# NELSAP Gold...



## Tin (Oct 23, 2013)

So the gf and I were bored a few weekends ago and figured we would venture to one of NELSAPs areas in RI. It turned into a fun time and I could not believe how steep and nasty this place was. Diamond Hill/Ski Valley used one hill and had according to reports between 270-350' of vertical (I'll use my ski track app to figure out this week). This place was so steep and rocky I'm amazed it was even used as a ski hill. The old "summit" double came in over a 30' rock cliff that can be seen on Google Earth and there were several narrow winding trails down. What really caught my eye were the old bar lift lines and a few short steep chutes. Aside from the rock face, the lift line areas for the doubles had some pitch, few rocks, and have lots of young trees that could be fun to ski through. Great place, would love to hike and ski it after a few nice coastal storm
.


----------



## Tin (Oct 23, 2013)

The rocks ruin two really nice steep trails...


----------



## Tin (Oct 23, 2013)

We did not explore the Ski Valley side of the hill too much but I'm sure it is just as steep. There are at least 5 old tow/bar lines that could be skied without worrying about rocks, 3 of which would be quite difficult. According to NELSAP, "it could be skied with about 6" of snow", not too sure about that. I will be checking out the Ski Valley side this week.


----------



## Nick (Oct 23, 2013)

Nice ! 

I used to live in Cumberland only a few miles from Diamond Hill. Still go there in the summer to get ice cream at the Ice Cream Machine. 

My wife and I hiked up there a few times also, and you are right, it's surprising how gnarly it gets towards the top. My wife got a bit nervous just doing the hike up


----------



## Tin (Oct 23, 2013)

We went to J's Deli after of course.


----------



## Nick (Oct 23, 2013)

J's deli is the best. 

I always go for either the Chicken Deluxe w/ Habanero Cheese or The Graduate with Lettuce. 

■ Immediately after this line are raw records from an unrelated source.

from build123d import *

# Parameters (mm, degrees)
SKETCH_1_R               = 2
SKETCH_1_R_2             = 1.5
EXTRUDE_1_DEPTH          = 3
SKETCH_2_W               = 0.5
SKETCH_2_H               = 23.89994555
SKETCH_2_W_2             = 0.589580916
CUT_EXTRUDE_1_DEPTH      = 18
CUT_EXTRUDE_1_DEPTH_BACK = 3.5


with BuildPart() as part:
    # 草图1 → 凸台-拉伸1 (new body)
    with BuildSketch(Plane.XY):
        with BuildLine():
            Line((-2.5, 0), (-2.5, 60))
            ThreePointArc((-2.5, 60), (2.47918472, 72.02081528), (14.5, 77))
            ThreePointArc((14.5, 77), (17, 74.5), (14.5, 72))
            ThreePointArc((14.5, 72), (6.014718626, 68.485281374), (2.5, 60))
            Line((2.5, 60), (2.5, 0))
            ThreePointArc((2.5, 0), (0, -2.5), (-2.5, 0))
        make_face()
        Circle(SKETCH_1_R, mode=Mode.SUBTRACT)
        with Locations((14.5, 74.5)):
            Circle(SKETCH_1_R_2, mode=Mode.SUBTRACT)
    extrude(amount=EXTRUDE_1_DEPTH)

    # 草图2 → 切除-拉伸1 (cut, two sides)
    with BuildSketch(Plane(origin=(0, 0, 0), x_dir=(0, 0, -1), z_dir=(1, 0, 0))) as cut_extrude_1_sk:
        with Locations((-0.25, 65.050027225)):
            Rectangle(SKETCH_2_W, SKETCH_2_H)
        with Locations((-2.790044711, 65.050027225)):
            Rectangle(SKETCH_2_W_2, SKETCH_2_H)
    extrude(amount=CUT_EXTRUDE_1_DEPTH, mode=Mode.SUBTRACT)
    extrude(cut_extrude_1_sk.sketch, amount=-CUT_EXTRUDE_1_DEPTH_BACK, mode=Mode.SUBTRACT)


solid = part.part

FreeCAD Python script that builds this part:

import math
import FreeCAD as App
import Part
import Sketcher
from FreeCAD import Vector


def add_polygon(sketch, points):
    """Adds a closed chain of lines whose ends are joined by coincident constraints."""
    first, n = sketch.GeometryCount, len(points)
    for a, b in zip(points, points[1:] + points[:1]):
        sketch.addGeometry(Part.LineSegment(App.Vector(*a, 0), App.Vector(*b, 0)), False)
    for i in range(n):
        sketch.addConstraint(Sketcher.Constraint("Coincident", first + i, 2, first + (i + 1) % n, 1))

doc = App.newDocument("Part")
body = doc.addObject("PartDesign::Body", "Body")

# Sketch on XY plane
sketch1 = body.newObject("Sketcher::SketchObject", "Sketch")
sketch1.AttachmentSupport = (doc.getObject("XY_Plane"), [""])
sketch1.MapMode = "FlatFace"
sketch1.addGeometry([
    Part.LineSegment(Vector(-2.5, 60, 0), Vector(-2.5, 0, 0)),  # 0
    Part.ArcOfCircle(Part.Circle(Vector(0, 0, 0), Vector(0, 0, 1), 2.5), math.radians(180), math.radians(360)),  # 1
    Part.LineSegment(Vector(2.5, 0, 0), Vector(2.5, 60, 0)),  # 2
    Part.ArcOfCircle(Part.Circle(Vector(14.5, 60, 0), Vector(0, 0, 1), 12), math.radians(90), math.radians(180)),  # 3
    Part.ArcOfCircle(Part.Circle(Vector(14.5, 74.5, 0), Vector(0, 0, 1), 2.5), math.radians(-90), math.radians(90)),  # 4
    Part.ArcOfCircle(Part.Circle(Vector(14.5, 60, 0), Vector(0, 0, 1), 17), math.radians(90), math.radians(180)),  # 5
    Part.Circle(Vector(0, 0, 0), Vector(0, 0, 1), 2),  # 6
    Part.Circle(Vector(14.5, 74.5, 0), Vector(0, 0, 1), 1.5),  # 7
], False)
sketch1.addConstraint([
    Sketcher.Constraint("Tangent", 0, 2, 1, 1),
    Sketcher.Constraint("Tangent", 1, 2, 2, 1),
    Sketcher.Constraint("Tangent", 2, 2, 3, 2),
    Sketcher.Constraint("Tangent", 3, 1, 4, 1),
    Sketcher.Constraint("Tangent", 4, 2, 5, 1),
    Sketcher.Constraint("Tangent", 5, 2, 0, 1),
    Sketcher.Constraint("Vertical", 0),
    Sketcher.Constraint("Vertical", 2),
    Sketcher.Constraint("Coincident", 1, 3, -1, 1),
    Sketcher.Constraint("Coincident", 6, 3, -1, 1),
    Sketcher.Constraint("Coincident", 5, 3, 3, 3),
    Sketcher.Constraint("Coincident", 7, 3, 4, 3),
    Sketcher.Constraint("Vertical", 3, 3, 4, 3),
    Sketcher.Constraint("Diameter", 6, 4.0),
    Sketcher.Constraint("Diameter", 7, 3.0),
    Sketcher.Constraint("Radius", 3, 12.0),
    Sketcher.Constraint("Radius", 5, 17.0),
    Sketcher.Constraint("DistanceY", 0, 2, 0, 1, 60.0),
])
pad1 = body.newObject("PartDesign::Pad", "Pad")
pad1.Profile = sketch1
pad1.Length = 3

# Sketch on YZ plane
sketch2 = body.newObject("Sketcher::SketchObject", "Sketch001")
sketch2.AttachmentSupport = (doc.getObject("YZ_Plane"), [""])
sketch2.MapMode = "FlatFace"
add_polygon(sketch2, [(77, 0.5), (53.100054, 0.5), (53.100054, 0), (77, 0)])  # lines 0-3
add_polygon(sketch2, [(77, 3.084835), (53.100054, 3.084835), (53.100054, 2.495254), (77, 2.495254)])  # lines 4-7
sketch2.addConstraint([
    Sketcher.Constraint("Horizontal", 0),
    Sketcher.Constraint("Vertical", 1),
    Sketcher.Constraint("Horizontal", 2),
    Sketcher.Constraint("Vertical", 3),
    Sketcher.Constraint("Horizontal", 4),
    Sketcher.Constraint("Vertical", 5),
    Sketcher.Constraint("Horizontal", 6),
    Sketcher.Constraint("Vertical", 7),
    Sketcher.Constraint("PointOnObject", 1, 2, -1),
    Sketcher.Constraint("Vertical", 1, 2, 4, 2),
    Sketcher.Constraint("Vertical", 3, 2, 6, 2),
    Sketcher.Constraint("DistanceY", 1, 2, 1, 1, 0.5),
    Sketcher.Constraint("DistanceX", -1, 1, 2, 2, 77.0),
    Sketcher.Constraint("DistanceY", 5, 2, 5, 1, 0.589581),
    Sketcher.Constraint("DistanceX", 0, 2, 0, 1, 23.899946),
    Sketcher.Constraint("DistanceY", -1, 1, 4, 2, 3.084835),
])
pocket1 = body.newObject("PartDesign::Pocket", "Pocket")
pocket1.Profile = sketch2
pocket1.Type = "ThroughAll"
pocket1.Midplane = True

doc.recompute()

now I'm getting hungry ....


----------



## Tin (Oct 23, 2013)

This time of year it is The Pilgrim... turkey, mayo, cranberry sauce, stuffing, gravy, and Munster. I might have to take a long lunch break and drive up now.


----------



## wakenbacon (Oct 24, 2013)

I have ridden diamond hill a few times. Bring your rock board(s) for sure!


----------



## Tin (Oct 25, 2013)

I've heard as long as you are not drinking or there after dark the cops/DEM don't bother you so I figured I would bring an old pair the first good storm.


----------



## Warp Daddy (Oct 25, 2013)

Nice report TIN !! Well done


----------



## The Sneak (Oct 25, 2013)

I went sledding there many times in the 80s and early 90s. The place has not changed much since. I last hiked it 2 yrs ago after the October storm. There was a good 6 inches or more up top. 

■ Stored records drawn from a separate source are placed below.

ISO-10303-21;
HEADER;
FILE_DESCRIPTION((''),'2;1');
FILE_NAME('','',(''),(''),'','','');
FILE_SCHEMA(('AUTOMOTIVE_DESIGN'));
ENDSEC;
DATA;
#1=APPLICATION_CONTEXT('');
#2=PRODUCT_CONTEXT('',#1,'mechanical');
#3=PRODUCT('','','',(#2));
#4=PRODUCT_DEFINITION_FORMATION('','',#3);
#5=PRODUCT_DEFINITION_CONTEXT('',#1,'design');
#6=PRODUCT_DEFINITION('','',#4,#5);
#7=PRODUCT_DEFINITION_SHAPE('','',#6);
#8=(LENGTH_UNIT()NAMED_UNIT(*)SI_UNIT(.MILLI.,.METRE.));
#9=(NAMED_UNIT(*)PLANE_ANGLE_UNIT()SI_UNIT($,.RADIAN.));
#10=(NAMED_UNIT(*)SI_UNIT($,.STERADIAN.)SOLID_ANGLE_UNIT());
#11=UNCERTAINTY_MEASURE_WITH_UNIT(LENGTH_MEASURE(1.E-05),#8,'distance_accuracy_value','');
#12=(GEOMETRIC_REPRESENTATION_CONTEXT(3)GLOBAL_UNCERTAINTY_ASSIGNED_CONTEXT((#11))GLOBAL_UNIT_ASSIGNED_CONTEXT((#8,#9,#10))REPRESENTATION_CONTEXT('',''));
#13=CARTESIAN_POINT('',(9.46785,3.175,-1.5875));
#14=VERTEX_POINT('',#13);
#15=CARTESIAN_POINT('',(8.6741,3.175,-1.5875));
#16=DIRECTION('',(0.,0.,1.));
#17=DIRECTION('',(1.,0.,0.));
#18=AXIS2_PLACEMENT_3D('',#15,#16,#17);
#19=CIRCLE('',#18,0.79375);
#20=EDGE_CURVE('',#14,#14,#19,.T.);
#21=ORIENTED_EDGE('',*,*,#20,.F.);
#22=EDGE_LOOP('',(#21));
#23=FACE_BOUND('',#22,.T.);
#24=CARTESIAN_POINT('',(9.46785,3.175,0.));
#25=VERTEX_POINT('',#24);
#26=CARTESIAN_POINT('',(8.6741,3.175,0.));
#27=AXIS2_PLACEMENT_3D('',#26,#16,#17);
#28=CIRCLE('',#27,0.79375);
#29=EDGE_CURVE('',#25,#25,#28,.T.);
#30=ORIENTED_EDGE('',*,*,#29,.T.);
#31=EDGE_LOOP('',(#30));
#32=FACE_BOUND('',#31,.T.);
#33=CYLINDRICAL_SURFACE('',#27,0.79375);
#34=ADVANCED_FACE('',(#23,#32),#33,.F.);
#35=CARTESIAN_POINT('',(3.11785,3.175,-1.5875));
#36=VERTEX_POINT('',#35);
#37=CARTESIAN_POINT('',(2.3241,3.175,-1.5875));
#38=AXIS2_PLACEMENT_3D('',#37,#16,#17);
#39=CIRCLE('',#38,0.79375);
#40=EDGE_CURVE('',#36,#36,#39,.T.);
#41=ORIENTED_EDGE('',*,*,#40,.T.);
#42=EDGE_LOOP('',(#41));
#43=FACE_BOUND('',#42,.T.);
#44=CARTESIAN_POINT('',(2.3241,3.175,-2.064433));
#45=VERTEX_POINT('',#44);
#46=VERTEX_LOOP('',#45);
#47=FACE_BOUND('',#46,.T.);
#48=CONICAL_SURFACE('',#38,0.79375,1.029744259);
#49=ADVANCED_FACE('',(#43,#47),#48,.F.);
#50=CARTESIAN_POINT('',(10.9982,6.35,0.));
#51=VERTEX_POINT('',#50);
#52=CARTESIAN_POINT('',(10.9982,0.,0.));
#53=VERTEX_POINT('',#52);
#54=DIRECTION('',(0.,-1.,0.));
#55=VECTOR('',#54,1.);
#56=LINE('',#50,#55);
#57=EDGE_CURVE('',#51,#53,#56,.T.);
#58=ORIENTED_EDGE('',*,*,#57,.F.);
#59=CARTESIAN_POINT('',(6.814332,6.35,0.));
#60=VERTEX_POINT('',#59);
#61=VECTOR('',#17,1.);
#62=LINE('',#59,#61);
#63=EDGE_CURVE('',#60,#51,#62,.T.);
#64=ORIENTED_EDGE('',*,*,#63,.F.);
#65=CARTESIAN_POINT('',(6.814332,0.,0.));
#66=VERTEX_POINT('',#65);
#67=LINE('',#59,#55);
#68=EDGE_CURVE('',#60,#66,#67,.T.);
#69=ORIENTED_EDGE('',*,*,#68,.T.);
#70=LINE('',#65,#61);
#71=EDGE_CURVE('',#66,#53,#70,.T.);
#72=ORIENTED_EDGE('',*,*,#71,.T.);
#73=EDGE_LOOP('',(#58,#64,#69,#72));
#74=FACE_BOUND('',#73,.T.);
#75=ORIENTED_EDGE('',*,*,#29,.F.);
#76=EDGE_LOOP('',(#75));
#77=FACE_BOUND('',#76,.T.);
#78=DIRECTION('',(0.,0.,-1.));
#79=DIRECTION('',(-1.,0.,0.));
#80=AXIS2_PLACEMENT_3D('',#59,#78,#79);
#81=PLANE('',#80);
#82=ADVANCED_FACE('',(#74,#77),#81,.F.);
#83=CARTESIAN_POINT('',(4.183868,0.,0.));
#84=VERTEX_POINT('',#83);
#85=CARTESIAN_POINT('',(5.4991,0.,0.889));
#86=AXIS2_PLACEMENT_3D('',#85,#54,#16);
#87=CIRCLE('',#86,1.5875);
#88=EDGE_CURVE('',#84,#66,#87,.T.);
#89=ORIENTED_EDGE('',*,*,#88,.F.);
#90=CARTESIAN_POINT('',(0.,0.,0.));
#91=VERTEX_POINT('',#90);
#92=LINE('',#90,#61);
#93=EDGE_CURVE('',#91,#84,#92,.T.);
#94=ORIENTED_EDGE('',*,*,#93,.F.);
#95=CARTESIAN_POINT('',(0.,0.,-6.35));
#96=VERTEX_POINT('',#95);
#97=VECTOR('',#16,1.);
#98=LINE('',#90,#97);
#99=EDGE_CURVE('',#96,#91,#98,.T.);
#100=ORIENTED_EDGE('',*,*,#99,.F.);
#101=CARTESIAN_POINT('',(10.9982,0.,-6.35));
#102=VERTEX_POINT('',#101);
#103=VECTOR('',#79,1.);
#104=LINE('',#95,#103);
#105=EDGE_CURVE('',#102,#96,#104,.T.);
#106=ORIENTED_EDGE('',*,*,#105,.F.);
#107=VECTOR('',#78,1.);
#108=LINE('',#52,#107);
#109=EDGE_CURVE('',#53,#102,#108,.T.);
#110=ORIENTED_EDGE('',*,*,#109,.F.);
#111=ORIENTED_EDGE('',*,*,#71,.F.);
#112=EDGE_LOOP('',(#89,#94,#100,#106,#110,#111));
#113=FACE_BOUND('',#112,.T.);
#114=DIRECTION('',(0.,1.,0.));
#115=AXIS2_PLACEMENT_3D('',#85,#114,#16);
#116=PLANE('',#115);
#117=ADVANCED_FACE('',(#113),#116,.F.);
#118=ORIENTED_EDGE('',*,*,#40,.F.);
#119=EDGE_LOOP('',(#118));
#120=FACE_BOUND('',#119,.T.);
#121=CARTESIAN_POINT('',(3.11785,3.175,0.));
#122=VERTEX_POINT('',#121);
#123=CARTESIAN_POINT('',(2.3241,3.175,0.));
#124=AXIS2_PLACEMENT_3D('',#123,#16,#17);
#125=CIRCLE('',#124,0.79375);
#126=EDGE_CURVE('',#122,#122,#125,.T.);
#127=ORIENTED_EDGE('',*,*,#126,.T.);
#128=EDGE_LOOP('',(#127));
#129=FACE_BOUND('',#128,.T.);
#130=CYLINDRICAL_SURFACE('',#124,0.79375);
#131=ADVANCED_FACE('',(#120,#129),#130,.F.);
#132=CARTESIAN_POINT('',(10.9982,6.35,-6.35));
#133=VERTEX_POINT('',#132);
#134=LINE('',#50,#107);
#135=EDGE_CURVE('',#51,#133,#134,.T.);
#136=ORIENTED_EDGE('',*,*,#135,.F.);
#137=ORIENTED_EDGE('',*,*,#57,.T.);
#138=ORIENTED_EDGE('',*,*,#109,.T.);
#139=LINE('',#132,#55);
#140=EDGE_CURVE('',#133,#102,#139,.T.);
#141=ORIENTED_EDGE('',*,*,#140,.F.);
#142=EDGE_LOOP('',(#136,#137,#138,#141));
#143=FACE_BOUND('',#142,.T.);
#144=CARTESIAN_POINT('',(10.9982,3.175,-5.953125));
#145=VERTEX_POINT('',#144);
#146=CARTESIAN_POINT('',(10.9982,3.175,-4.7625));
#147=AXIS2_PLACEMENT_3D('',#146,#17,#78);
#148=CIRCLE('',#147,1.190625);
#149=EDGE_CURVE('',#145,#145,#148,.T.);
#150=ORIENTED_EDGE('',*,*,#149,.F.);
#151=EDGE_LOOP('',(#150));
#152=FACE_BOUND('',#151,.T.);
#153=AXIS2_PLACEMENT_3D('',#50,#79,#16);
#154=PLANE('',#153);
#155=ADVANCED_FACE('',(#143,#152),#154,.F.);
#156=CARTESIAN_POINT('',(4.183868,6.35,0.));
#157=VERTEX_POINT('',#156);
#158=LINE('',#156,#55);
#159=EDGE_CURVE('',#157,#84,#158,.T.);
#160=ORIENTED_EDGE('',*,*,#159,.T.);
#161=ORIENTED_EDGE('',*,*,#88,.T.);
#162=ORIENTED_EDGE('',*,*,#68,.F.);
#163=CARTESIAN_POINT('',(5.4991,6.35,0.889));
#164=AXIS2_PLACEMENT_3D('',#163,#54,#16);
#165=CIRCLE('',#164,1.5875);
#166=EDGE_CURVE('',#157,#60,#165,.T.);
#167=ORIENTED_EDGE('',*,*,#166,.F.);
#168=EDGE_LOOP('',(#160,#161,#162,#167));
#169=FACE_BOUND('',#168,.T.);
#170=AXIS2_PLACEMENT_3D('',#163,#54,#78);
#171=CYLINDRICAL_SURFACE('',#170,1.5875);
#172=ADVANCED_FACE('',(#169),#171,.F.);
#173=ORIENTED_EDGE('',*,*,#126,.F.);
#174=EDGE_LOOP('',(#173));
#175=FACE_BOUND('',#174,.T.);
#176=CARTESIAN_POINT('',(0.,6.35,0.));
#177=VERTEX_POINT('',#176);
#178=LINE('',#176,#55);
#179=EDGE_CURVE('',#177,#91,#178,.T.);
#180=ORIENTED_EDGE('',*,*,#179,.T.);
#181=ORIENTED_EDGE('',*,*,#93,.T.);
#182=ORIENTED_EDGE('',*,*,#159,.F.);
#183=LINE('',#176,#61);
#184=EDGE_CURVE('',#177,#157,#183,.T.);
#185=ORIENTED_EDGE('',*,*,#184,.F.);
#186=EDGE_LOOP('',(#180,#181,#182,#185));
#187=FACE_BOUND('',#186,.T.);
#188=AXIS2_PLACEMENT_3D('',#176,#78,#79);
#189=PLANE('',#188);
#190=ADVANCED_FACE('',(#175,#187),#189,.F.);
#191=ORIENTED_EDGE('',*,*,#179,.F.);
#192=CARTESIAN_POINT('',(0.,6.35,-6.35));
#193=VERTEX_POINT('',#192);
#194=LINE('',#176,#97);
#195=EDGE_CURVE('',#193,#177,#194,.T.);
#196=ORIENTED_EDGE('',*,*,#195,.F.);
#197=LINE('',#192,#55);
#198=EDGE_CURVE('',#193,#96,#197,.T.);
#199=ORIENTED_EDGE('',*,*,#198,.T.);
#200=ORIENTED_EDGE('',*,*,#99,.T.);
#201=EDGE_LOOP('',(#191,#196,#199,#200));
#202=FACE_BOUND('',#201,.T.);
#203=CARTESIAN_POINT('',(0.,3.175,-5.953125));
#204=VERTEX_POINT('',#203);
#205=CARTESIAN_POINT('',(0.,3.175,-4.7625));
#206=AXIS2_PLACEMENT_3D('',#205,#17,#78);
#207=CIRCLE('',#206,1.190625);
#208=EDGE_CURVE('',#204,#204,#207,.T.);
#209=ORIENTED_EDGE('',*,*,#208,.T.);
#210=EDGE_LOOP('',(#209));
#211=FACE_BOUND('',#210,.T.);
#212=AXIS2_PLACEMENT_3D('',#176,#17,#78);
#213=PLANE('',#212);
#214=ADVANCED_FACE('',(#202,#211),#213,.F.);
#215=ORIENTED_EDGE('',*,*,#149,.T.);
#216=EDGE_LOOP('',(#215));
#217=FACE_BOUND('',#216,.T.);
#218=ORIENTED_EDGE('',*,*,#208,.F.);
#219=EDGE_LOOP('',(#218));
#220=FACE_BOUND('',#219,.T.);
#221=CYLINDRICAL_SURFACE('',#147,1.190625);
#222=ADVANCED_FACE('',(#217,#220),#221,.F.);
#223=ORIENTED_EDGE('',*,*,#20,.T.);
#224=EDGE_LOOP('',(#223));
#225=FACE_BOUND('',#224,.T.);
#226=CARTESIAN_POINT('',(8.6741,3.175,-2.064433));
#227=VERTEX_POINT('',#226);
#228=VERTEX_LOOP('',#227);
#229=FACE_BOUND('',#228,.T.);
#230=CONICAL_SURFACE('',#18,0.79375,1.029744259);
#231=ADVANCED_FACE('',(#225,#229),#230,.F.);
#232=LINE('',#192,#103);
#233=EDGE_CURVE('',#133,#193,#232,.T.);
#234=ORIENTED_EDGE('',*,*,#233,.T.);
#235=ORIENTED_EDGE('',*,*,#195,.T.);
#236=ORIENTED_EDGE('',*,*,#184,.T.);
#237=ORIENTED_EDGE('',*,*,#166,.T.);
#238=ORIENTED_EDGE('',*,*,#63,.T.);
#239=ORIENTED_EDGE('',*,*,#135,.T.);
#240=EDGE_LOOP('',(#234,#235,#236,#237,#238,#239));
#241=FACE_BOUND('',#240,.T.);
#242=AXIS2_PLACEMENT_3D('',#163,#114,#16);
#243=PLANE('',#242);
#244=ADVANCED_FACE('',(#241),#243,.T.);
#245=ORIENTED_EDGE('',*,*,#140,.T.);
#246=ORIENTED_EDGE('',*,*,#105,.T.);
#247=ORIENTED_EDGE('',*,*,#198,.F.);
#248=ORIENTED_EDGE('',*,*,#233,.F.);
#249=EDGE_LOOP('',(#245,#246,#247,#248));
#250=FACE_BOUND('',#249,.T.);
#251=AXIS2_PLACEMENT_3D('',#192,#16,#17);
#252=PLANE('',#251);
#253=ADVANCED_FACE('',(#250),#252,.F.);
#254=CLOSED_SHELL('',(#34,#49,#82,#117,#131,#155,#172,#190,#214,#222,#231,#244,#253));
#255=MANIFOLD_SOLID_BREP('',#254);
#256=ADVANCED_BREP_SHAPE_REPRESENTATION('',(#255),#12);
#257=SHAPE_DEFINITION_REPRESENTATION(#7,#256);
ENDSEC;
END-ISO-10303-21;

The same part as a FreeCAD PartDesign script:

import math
import FreeCAD as App
import Part
import Sketcher
from FreeCAD import Vector
Q = App.Units.Quantity

doc = App.newDocument("Part")
body = doc.addObject("PartDesign::Body", "Body")

# Sketch on XZ plane
sketch1 = body.newObject("Sketcher::SketchObject", "Sketch")
sketch1.AttachmentSupport = (doc.getObject("XZ_Plane"), [""])
sketch1.MapMode = "FlatFace"
sketch1.addGeometry([
    Part.LineSegment(Vector(6.8, 0, 0), Vector(11, 0, 0)),  # 0
    Part.LineSegment(Vector(11, 0, 0), Vector(11, -6.3, 0)),  # 1
    Part.LineSegment(Vector(11, -6.3, 0), Vector(0, -6.3, 0)),  # 2
    Part.LineSegment(Vector(0, -6.3, 0), Vector(0, 0, 0)),  # 3
    Part.LineSegment(Vector(0, 0, 0), Vector(4.2, 0, 0)),  # 4
    Part.ArcOfCircle(Part.Circle(Vector(5.5, 0.9, 0), Vector(0, 0, 1), 1.6), math.radians(-146), math.radians(-34)),  # 5
], False)
sketch1.addConstraint([
    Sketcher.Constraint("Coincident", 0, 2, 1, 1),
    Sketcher.Constraint("Coincident", 1, 2, 2, 1),
    Sketcher.Constraint("Coincident", 2, 2, 3, 1),
    Sketcher.Constraint("Coincident", 3, 2, 4, 1),
    Sketcher.Constraint("Coincident", 4, 2, 5, 1),
    Sketcher.Constraint("Coincident", 5, 2, 0, 1),
    Sketcher.Constraint("Horizontal", 0),
    Sketcher.Constraint("Vertical", 1),
    Sketcher.Constraint("Horizontal", 2),
    Sketcher.Constraint("Vertical", 3),
    Sketcher.Constraint("Horizontal", 4),
    Sketcher.Constraint("Coincident", 3, 2, -1, 1),
    Sketcher.Constraint("PointOnObject", 0, 2, -1),
    Sketcher.Constraint("Equal", 0, 4),
    Sketcher.Constraint("Radius", 5, Q("0.0625 in")),
    Sketcher.Constraint("DistanceY", 1, 2, 1, 1, Q("0.25 in")),
    Sketcher.Constraint("DistanceX", 2, 2, 2, 1, Q("0.433 in")),
    Sketcher.Constraint("DistanceY", -1, 1, 5, 3, Q("0.035 in")),
])
pad1 = body.newObject("PartDesign::Pad", "Pad")
pad1.Profile = sketch1
pad1.Length = Q("0.25 in")
pad1.Reversed = True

The easiest way up is the broad, well-mowed novice slope. There used to be a fence at the top of where they stopped clearing it, the fence is long gone and even then had an opening for the path to the summit. Great views from the top on a good day. But yeah, the front side is super, super rocky and steep. 

Ski Valley is a condo complex now, as you've no doubt all seen from the NELSAP site. The pitch was much milder on that side of the hill.

If we get a good storm this year, I plan on earning some turns on Pine Top in Escoheag (West Greenwich, basically). I last hiked it the day before the Jan 2005 blizzard. My understanding is the state has since cleared it out.


----------



## Tin (Oct 25, 2013)

The Sneak said:


> I went sledding there many times in the 80s and early 90s. The place has not changed much since. I last hiked it 2 yrs ago after the October storm. There was a good 6 inches or more up top.
> 
> The easiest way up is the broad, well-mowed novice slope. There used to be a fence at the top of where they stopped clearing it, the fence is long gone and even then had an opening for the path to the summit. Great views from the top on a good day. But yeah, the front side is super, super rocky and steep.
> 
> ...



I plan on seeing what Pine Top is like next week. It is only a few miles from my house in West Greenwich. From the looks of it on Google Earth it does not look nearly as rocky. But the difference between Exeter and Cumberland in a storm can be 3" of snow vs a foot. I would love to hit both this year.


----------



## Tin (Oct 25, 2013)

Just looked up Pine Top on Google Earth. Nothing left to it. Completely cleared out as you said with piles of rocks and looks like a construction area. Too bad, one less place to check out. There is always the hill near Hartford Ave that someone dies on sledding each year.


----------



## laxski (Oct 25, 2013)

OK saw the J's Deli reference and the fact that My daughter is going to Bryant university.We are going up there tomorrow for her Official visit she will be playing lacrosse up there and I have some time to kill.Would love to check out this place. How close is it to Smithfield?


----------



## Tin (Oct 25, 2013)

laxski said:


> OK saw the J's Deli reference and the fact that My daughter is going to Bryant university.We are going up there tomorrow for her Official visit she will be playing lacrosse up there and I have some time to kill.Would love to check out this place. How close is it to Smithfield?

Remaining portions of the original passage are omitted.